After it was light, they killed the roll of film in the camera by taking pictures of each other dressed up like Chinamen.

McCoy hoped that the pictures of Sessions dressed up that way might get the guy off the hook in Washington. They might decide to forget that the Japs had caught him if they saw that he had at least tried to do what they'd sent him to do.
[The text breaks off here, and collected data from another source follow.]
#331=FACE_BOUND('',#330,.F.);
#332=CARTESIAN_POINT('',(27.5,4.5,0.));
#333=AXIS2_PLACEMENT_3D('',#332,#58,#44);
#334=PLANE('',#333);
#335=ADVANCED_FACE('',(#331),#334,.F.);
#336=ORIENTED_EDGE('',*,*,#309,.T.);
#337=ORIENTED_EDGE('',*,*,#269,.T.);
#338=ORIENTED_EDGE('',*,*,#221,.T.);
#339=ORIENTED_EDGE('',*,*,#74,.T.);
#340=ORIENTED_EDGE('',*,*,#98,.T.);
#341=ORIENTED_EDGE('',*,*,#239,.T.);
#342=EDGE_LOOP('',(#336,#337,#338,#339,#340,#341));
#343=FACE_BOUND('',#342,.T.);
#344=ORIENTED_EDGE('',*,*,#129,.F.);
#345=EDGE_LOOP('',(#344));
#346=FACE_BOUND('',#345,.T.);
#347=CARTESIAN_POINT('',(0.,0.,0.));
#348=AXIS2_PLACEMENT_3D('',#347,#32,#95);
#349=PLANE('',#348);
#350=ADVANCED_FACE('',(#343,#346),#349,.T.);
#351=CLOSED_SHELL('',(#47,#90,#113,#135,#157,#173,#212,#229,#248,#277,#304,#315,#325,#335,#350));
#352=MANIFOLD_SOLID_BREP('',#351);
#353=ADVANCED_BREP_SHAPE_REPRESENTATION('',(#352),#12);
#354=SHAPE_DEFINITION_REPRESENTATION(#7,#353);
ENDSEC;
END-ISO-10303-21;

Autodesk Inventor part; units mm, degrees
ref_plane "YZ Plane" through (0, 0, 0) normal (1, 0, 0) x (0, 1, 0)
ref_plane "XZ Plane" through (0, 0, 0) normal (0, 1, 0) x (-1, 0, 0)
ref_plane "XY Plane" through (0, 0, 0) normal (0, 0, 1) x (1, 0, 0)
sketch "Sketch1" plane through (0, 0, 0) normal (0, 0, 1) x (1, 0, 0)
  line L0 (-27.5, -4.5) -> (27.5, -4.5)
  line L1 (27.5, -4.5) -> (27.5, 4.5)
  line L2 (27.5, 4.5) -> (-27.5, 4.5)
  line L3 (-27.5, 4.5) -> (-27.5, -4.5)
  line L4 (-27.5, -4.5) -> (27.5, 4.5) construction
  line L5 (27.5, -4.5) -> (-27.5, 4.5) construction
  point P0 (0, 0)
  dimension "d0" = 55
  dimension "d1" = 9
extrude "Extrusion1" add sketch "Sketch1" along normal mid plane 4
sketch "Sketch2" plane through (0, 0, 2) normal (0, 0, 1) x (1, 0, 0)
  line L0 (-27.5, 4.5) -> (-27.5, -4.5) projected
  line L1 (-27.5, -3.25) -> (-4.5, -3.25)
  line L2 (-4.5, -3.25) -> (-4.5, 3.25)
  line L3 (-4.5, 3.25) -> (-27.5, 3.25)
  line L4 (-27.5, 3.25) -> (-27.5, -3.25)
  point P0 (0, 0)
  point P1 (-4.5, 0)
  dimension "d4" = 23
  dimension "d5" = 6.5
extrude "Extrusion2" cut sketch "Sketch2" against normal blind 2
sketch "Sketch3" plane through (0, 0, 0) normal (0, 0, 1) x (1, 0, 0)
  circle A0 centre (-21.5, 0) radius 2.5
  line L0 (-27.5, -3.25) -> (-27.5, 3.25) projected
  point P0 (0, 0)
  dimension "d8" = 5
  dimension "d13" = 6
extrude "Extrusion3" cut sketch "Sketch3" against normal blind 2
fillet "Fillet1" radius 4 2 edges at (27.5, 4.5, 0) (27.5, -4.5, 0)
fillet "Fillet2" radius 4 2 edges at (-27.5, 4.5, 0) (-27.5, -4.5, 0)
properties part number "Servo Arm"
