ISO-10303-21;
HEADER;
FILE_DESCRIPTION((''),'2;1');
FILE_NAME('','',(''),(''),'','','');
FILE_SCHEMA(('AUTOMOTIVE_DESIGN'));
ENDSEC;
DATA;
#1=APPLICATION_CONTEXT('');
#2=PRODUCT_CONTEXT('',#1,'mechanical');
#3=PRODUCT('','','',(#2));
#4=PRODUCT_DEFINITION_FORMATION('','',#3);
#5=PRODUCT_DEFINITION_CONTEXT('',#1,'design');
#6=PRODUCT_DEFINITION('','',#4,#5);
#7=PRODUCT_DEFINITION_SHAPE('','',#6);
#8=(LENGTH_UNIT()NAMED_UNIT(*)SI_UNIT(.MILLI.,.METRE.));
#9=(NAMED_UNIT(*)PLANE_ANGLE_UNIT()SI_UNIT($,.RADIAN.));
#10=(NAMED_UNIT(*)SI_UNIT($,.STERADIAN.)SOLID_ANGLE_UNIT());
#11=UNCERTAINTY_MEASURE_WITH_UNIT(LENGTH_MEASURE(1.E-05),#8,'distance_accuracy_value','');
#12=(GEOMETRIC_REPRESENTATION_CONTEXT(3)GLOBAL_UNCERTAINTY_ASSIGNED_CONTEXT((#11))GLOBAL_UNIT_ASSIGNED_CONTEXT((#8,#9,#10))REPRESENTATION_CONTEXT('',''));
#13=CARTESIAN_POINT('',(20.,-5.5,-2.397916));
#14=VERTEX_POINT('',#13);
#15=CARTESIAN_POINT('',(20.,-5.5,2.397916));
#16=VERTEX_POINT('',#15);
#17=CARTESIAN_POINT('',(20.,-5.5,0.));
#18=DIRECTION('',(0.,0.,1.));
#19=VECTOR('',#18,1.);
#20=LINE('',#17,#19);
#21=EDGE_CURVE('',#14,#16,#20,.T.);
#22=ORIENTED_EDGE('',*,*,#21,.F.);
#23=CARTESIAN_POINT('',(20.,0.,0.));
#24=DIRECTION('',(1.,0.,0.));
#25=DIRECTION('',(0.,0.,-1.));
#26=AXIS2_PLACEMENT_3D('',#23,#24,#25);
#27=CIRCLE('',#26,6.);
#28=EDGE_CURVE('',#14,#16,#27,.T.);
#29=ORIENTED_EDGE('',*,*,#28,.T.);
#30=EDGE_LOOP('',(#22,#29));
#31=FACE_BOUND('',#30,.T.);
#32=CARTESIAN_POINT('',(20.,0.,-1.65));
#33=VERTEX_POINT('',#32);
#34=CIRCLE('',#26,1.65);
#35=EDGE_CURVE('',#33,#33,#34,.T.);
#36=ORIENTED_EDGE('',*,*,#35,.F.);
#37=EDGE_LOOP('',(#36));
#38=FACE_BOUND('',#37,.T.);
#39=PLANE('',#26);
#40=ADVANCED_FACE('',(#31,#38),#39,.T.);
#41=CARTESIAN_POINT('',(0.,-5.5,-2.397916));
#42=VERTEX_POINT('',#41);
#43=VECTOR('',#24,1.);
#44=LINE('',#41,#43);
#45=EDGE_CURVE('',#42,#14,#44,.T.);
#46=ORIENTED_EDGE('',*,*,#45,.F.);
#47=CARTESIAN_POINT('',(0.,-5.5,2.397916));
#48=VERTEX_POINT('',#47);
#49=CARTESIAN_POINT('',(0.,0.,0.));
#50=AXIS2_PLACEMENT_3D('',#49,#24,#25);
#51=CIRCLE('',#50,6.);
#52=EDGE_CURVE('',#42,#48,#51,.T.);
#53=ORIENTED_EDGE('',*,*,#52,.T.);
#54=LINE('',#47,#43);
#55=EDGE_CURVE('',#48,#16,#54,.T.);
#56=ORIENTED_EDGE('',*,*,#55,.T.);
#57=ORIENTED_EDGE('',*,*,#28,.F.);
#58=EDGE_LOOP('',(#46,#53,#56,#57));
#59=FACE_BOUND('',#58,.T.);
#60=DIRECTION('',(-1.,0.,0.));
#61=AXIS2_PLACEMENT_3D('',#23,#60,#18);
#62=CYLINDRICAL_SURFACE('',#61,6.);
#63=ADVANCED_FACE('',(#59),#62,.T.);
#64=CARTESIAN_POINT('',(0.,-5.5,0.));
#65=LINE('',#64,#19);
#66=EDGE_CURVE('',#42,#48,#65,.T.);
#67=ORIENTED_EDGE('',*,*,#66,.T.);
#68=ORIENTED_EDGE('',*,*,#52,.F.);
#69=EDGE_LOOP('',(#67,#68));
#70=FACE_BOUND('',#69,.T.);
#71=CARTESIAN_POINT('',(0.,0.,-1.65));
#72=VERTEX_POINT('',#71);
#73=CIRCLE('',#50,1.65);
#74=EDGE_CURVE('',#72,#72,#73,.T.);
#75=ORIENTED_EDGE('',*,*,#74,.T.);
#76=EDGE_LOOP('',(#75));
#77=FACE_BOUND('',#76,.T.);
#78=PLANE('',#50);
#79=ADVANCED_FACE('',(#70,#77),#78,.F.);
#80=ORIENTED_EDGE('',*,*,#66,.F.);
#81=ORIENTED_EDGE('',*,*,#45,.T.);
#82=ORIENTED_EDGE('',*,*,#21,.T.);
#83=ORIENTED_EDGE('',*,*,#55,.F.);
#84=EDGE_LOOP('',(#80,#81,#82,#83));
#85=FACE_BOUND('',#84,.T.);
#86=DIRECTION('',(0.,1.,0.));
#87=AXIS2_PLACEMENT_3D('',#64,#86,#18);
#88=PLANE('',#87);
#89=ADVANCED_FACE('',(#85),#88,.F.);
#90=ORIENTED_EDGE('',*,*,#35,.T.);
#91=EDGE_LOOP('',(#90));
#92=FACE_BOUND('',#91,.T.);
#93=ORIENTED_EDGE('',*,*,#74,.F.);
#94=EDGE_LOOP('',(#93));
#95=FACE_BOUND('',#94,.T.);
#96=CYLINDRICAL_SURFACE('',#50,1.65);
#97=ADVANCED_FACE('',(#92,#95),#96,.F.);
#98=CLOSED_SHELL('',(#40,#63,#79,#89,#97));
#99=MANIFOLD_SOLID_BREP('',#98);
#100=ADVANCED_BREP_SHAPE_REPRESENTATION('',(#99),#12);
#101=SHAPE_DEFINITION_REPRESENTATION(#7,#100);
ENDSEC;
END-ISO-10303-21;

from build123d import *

# Parameters (mm, degrees)
SKETCH_1_R          = 6
EXTRUDE_1_DEPTH     = 20
SKETCH_3_R          = 1.65
CUT_EXTRUDE_2_DEPTH = 22.725560982
CUT_EXTRUDE_1_DEPTH = 22.725560982


with BuildPart() as part:
    # ｽｹｯﾁ1 → ﾎﾞｽ - 押し出し1 (new body)
    with BuildSketch(Plane(origin=(0, 0, 0), x_dir=(0, 0, -1), z_dir=(1, 0, 0))):
        Circle(SKETCH_1_R)
    extrude(amount=EXTRUDE_1_DEPTH)

    # ｽｹｯﾁ3 → ｶｯﾄ - 押し出し2 (cut, through all)
    with BuildSketch(Plane(origin=(20, 0, 0), x_dir=(0, 0, -1), z_dir=(1, 0, 0))):
        Circle(SKETCH_3_R)
    extrude(amount=-CUT_EXTRUDE_2_DEPTH, mode=Mode.SUBTRACT)

    # ｽｹｯﾁ2 → ｶｯﾄ - 押し出し1 (cut, through all)
    with BuildSketch(Plane(origin=(20, 0, 0), x_dir=(0, 0, -1), z_dir=(1, 0, 0))):
        with BuildLine():
            Line((2.397915762, -5.5), (-2.397915762, -5.5))
            ThreePointArc((-2.397915762, -5.5), (0, -6), (2.397915762, -5.5))
        make_face()
    extrude(amount=-CUT_EXTRUDE_1_DEPTH, mode=Mode.SUBTRACT)


solid = part.part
The next night, however, McCoy refused to take Sessions with him when he went to see what he could find near the mission at Weifang. It was a different setup there, the Japs ran perimeter patrols, and he didn't want to run the risk of the both of them getting caught. Sessions didn't argue. Which made McCoy feel a little guilty, because the real reason he didn't want to take Sessions along was that he slowed McCoy down. If Sessions wasn't along, maybe he could get back to the mission in time for Ellen to come to his room.

That hadn't done any good. When he got back, Sessions was waiting for him. Sessions kept him talking (even though there hadn't been any German cannon at Weifang, either) until it was too late to do anything with Ellen. It was really a royal pain in the ass doing nothing with her during the day but hold hands on the front seat for a moment, or touch legs under a table, or something like that. Or he would catch her looking at him.
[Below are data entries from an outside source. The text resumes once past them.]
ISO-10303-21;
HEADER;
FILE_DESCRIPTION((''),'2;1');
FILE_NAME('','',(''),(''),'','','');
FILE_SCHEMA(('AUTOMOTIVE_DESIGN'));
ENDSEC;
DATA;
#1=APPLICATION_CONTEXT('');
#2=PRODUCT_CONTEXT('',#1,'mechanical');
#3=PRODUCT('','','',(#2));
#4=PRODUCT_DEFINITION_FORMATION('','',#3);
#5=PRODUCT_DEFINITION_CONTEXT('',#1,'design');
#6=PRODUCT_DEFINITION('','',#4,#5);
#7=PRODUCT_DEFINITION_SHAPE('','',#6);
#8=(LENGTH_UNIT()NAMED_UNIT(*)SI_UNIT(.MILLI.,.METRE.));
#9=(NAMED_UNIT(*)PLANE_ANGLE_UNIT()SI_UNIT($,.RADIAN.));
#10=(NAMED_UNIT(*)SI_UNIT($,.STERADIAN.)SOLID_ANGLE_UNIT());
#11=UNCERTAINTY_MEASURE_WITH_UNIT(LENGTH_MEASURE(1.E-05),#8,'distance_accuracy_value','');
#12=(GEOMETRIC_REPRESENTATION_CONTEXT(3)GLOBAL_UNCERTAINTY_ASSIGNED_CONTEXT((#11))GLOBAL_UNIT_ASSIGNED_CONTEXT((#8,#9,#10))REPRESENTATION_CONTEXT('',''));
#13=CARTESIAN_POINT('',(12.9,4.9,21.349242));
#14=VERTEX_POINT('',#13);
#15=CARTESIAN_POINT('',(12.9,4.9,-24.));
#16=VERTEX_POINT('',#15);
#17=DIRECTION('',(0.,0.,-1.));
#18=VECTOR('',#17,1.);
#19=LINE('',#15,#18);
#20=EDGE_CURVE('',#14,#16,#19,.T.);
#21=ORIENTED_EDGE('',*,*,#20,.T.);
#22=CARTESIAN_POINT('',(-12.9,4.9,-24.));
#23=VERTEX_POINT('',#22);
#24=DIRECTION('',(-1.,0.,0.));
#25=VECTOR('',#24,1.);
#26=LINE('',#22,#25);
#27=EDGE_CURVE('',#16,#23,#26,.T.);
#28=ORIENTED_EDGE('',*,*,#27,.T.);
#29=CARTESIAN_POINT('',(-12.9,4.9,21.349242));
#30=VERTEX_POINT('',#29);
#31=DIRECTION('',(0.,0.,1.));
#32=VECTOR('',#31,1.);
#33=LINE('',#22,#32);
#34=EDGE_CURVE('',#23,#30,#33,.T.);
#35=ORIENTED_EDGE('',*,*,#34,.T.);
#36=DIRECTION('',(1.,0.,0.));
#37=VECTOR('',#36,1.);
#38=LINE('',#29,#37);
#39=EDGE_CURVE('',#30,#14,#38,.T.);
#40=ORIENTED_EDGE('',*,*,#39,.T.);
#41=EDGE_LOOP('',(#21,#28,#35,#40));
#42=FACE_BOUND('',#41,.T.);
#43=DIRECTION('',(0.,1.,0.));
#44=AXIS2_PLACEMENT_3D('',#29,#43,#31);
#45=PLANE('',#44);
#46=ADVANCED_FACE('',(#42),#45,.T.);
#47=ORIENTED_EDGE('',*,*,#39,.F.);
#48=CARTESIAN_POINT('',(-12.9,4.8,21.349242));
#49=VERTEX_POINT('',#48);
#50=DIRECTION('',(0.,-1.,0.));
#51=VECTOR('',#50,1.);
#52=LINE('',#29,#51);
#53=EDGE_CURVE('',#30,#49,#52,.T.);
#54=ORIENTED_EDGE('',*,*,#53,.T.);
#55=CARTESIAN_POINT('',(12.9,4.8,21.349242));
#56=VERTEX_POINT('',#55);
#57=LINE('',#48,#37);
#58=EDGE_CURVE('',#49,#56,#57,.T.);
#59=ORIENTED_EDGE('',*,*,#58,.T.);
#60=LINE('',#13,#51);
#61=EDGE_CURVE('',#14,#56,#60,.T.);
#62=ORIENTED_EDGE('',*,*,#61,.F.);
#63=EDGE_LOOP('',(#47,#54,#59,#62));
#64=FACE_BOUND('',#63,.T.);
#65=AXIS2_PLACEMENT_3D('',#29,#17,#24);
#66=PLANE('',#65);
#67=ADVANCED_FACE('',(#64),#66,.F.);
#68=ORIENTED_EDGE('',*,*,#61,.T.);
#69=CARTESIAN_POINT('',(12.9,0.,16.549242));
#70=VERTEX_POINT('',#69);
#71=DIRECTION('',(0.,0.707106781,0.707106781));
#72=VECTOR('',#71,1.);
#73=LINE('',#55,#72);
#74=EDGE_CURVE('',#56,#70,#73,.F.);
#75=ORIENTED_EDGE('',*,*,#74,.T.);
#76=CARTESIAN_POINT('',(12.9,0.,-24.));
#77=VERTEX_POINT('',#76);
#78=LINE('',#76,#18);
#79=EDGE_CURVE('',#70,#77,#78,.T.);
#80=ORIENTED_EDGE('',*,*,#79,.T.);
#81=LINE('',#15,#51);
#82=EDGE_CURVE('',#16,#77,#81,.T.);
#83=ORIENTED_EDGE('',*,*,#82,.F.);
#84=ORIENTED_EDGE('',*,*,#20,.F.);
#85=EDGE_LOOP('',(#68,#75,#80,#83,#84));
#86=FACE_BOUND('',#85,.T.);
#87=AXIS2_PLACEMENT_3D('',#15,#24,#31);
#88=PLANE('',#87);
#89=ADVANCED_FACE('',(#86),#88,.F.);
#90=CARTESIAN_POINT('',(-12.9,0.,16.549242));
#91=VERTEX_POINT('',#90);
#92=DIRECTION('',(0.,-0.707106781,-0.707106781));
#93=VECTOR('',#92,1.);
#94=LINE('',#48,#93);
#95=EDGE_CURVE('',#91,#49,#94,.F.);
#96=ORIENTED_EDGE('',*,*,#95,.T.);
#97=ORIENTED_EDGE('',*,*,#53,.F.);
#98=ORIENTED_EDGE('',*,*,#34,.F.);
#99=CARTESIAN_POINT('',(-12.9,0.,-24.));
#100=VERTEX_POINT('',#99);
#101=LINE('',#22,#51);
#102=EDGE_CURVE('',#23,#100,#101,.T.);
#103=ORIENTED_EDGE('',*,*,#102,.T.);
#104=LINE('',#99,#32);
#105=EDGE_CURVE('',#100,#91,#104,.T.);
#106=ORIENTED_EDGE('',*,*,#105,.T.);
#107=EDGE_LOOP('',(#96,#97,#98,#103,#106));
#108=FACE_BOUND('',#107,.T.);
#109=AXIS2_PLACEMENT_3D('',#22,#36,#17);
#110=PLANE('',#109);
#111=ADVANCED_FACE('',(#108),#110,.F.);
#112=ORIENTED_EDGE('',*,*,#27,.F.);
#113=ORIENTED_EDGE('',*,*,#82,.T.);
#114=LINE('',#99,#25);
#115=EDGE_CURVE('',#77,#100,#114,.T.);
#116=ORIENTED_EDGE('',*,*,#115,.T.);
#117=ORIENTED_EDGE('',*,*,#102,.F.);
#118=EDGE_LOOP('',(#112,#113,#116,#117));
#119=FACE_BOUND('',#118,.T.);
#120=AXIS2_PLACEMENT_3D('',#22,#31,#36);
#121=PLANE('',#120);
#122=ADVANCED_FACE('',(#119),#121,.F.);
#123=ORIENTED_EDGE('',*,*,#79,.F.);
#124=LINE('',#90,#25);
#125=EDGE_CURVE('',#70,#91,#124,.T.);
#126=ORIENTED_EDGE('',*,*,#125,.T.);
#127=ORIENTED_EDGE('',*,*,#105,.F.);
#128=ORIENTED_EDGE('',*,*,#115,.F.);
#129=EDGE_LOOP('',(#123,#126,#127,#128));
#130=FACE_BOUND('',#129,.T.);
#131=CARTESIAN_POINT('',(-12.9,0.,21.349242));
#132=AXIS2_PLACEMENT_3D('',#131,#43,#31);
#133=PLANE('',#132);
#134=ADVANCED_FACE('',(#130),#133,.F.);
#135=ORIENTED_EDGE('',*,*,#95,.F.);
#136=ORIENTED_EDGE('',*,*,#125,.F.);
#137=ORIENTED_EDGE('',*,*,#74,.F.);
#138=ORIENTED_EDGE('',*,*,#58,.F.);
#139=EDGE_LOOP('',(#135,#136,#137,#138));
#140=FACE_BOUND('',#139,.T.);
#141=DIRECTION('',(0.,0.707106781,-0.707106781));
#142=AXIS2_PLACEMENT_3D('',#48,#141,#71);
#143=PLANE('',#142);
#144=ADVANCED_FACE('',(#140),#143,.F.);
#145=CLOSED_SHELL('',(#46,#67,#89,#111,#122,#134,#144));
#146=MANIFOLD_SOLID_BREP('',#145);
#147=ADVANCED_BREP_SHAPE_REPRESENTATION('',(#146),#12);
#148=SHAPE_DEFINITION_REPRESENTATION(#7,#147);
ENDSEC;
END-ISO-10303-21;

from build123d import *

# Parameters (mm, degrees)
ESQUISSE1_W      = 25.8
ESQUISSE1_H      = 45.349242405
EXTRUSION1_DEPTH = 4.9
CHANFREIN2_SIZE  = 4.8


with BuildPart() as part:
    # Esquisse1 → Extrusion1 (new body)
    with BuildSketch(Plane(origin=(0, 0, 0), x_dir=(1, 0, 0), z_dir=(0, 1, 0))):
        with Locations((0, 1.325378797)):
            Rectangle(ESQUISSE1_W, ESQUISSE1_H)
    extrude(amount=EXTRUSION1_DEPTH)

    # Chanfrein2
    chanfrein2_edges = [part.edges().sort_by_distance(p)[0] for p in [
        (0, 0, 21.349242405),
    ]]
    chamfer(chanfrein2_edges, length=CHANFREIN2_SIZE)


solid = part.part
He decided to take Sessions with him to look at a motorized infantry regiment, the 403rd, near Huimin, because it was the last chance they would have on this trip. If there were some of these German cannons at Huimin, Sessions might as well be able to say he found them. Otherwise-having gotten himself caught by the Japanese-he was going to come off this big-time secret mission looking like an asshole. The pictures of him dressed up like a Chinaman weren't going to impress the big shots as much as his report that he had been caught.

McCoy was beginning to see that Sessions wasn't that much of your typical Headquarters, USMC, sonofabitch. What was really wrong with him was that he didn't know what he was doing. And he could hardly be blamed for that. They didn't teach "How to Spy on the Japs" at the Officer School in Quantico. It was a really dumb fucking thing for the Corps to do, sending him over here the way they had; but to be fair, that was the Corps' fault, not his.

And at Huimin, they found PAK38s. The 403rd Motorized Infantry Regiment (Separate) of His Imperial Majesty's Imperial Fucking Army had eight of them. And the eight had the wrong canvas covers. So they'd taken covers from the Model 94s and put them over the PAK38s.

They didn't fit. The muzzle of the PAK38s, with its distinctive and unmistakable muzzle brake, stuck three feet outside the two small canvas covers. And with the Model 94s parked right beside them-looking very small compared to the PAK38s-there was absolutely no question about what they were.

McCoy shot two thirty-six-exposure rolls of 35-mm black and white film in the Leica, and then a twenty-exposure roll of Kodacolor, although he suspected that one wouldn't turn out. Kodacolor had a tendency to fuck up when you used it at first light-McCoy had no idea why.